Flight Centre’s first-half profit has plunged 74 per cent as the retailer feels the effect of the collapse of travel operators Thomas Cook and Cox & Kings – and warns the worst of the fallout from the coronavirus is yet to come.
The flight retailer’s after-tax profit for the six months, announced on Thursday, was $22.1 million – down from $85 million a year ago.
The fall came as Flight Centre said it was yet to feel the full impact of the widening global outbreak of coronavirus.
“It is impossible to predict the virus’s impact at this time, but Flight Centre expects it will lead to subdued activity through to the end of FY20,” the company said.
Releasing its half-year results on Thursday, the company signalled its full-year results would be hit by the deadly infection, which has rocked the whole travel sector. It said it now expected its full-year profit before tax to be $240 million-$300 million, down from its previous forecast range of $310 million-$350 million.
Flight Centre will continue to monitor the effect of the virus outbreak on its corporate and leisure businesses in coming months – which are traditionally the year’s peak booking periods.
It is the latest travel-related company to reveal it has been hit by the fallout from COVID-19. Earlier this month, Flight Centre rival Webjet also posted a first-half profit after writing off $44 million following the collapse of British travel group Thomas Cook in September.
On Wednesday, Virgin Australia said it would slash flights and axe some domestic and international routes as the escalating effects continued to hit its bottom line.
Qantas said last week it would cut capacity by 7 per cent, including slashing flights to Asia. Chief executive Alan Joyce urged staff to used some of their “considerable” leave balances to help the company through its difficult period.

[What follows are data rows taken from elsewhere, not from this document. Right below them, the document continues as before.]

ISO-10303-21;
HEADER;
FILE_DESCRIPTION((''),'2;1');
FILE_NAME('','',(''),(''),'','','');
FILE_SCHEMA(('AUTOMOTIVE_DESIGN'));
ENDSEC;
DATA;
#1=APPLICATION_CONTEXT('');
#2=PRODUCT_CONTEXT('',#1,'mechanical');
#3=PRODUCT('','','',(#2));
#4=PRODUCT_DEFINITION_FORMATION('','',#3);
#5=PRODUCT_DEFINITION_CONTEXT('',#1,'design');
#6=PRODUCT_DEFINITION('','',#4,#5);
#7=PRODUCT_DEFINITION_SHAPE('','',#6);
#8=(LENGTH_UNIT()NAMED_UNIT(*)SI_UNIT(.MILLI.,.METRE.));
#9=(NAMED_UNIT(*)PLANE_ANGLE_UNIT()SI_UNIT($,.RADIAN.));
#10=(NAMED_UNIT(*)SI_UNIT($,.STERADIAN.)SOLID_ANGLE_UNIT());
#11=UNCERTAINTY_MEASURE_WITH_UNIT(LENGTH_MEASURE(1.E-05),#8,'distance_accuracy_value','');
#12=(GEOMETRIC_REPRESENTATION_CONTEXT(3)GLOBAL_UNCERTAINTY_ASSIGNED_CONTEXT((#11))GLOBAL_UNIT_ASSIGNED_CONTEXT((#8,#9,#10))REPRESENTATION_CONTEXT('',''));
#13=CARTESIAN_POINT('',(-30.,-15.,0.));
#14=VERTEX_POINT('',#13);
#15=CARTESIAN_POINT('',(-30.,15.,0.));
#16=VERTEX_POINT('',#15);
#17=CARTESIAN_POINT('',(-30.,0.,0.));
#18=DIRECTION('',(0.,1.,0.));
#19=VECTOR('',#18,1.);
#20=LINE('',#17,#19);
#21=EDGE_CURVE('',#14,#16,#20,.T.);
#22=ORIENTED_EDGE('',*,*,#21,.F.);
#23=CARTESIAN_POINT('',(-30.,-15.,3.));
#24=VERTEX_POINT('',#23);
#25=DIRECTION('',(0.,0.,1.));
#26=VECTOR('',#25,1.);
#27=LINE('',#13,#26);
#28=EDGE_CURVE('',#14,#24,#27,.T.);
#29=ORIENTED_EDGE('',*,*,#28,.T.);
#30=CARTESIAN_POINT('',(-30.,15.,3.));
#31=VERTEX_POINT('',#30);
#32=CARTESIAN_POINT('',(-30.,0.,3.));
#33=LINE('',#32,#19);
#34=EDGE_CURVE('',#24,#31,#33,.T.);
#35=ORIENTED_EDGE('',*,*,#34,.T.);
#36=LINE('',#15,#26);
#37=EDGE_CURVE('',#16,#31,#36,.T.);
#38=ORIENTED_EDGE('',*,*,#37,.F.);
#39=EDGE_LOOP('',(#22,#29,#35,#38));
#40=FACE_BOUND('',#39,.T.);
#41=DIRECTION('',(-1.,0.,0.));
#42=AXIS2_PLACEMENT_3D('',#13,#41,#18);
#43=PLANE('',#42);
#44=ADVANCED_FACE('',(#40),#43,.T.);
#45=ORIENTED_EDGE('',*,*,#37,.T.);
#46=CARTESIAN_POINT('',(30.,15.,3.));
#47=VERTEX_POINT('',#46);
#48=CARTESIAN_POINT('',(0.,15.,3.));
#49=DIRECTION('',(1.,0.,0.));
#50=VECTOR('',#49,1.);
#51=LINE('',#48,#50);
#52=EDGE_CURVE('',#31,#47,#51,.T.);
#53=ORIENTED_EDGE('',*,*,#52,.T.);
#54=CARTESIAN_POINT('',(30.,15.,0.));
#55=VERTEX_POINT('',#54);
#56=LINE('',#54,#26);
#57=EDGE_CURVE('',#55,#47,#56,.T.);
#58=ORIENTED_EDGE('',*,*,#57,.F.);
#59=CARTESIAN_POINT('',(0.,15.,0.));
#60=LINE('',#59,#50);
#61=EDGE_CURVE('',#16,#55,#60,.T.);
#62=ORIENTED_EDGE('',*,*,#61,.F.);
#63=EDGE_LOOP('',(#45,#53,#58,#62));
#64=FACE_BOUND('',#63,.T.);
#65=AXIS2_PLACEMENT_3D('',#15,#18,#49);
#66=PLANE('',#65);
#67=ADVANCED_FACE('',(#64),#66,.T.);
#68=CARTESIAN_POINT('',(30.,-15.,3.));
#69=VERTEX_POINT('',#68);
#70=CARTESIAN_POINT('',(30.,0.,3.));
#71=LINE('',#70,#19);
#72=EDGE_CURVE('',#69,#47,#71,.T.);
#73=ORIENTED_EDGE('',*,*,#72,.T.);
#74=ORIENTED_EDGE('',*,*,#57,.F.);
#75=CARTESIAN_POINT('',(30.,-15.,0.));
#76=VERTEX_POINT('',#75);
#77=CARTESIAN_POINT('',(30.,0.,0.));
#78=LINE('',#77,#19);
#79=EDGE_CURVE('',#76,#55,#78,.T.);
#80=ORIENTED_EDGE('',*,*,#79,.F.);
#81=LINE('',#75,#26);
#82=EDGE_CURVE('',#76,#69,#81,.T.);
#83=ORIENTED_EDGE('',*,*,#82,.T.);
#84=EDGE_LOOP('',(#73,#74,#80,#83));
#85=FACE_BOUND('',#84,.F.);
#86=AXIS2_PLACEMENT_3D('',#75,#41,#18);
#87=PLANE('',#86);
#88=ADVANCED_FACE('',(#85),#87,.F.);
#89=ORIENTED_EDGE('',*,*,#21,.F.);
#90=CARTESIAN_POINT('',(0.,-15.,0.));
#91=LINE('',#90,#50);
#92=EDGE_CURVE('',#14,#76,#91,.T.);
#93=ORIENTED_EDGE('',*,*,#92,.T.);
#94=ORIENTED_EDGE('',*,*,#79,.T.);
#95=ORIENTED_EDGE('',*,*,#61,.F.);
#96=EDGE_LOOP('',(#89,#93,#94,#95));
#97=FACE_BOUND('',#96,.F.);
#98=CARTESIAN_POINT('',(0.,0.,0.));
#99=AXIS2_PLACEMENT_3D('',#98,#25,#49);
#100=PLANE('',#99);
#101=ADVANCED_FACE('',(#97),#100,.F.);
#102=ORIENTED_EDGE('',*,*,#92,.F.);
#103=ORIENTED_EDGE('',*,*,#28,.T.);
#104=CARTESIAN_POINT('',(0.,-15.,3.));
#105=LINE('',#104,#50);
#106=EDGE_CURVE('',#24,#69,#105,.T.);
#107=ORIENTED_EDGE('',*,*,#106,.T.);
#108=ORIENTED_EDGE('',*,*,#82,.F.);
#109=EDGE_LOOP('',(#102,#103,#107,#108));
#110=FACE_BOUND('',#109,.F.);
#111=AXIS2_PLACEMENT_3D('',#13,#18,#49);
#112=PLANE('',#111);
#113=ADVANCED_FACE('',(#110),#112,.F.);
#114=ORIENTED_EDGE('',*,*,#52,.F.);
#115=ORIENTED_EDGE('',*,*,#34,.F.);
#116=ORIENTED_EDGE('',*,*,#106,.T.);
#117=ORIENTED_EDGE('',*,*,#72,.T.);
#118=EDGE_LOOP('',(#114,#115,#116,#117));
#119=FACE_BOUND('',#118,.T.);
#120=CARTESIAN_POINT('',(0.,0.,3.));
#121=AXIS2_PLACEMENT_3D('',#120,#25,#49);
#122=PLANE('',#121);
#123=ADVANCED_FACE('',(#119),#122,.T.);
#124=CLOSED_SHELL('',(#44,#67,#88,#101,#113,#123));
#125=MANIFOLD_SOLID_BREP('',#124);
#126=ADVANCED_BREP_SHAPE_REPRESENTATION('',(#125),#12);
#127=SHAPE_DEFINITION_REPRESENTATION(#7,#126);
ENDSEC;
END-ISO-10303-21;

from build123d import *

# Parameters (mm, degrees)
SKETCH_W  = 60
SKETCH_H  = 30
PAD_DEPTH = 3


with BuildPart() as part:
    # Sketch → Pad (new body)
    with BuildSketch(Plane.XY):
        Rectangle(SKETCH_W, SKETCH_H)
    extrude(amount=PAD_DEPTH)


solid = part.part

Also on Thursday, Air New Zealand joined its Australian counterparts, announcing it would slash capacity to Asia.
The Kiwi airline, which posted a 33 per cent net drop in profit for the six months to December 31, 2019, said it would cut its Asian capacity by 17 per cent until June.
On Thursday, Flight Centre said its Chinese and Singapore corporate business – which together generate about 2.5 per cent of its total transaction value – had been significantly affected by the shutdown of travel to and from China.
Its other corporate businesses had also been significantly affected, particularly in the past three weeks, as companies worldwide amended travel policies to prevent employees from travelling to China and other major business travel hubs.
Flight Centre said leisure travel patterns were also being increasingly affected. Some customers were reviewing short-term holiday plans and monitoring the virus’s possible spread outside China and other parts of Asia.
“It is impossible to predict the virus’s impact at this time, but Flight Centre expects it will lead to subdued activity through to the end of FY20,” the firm said.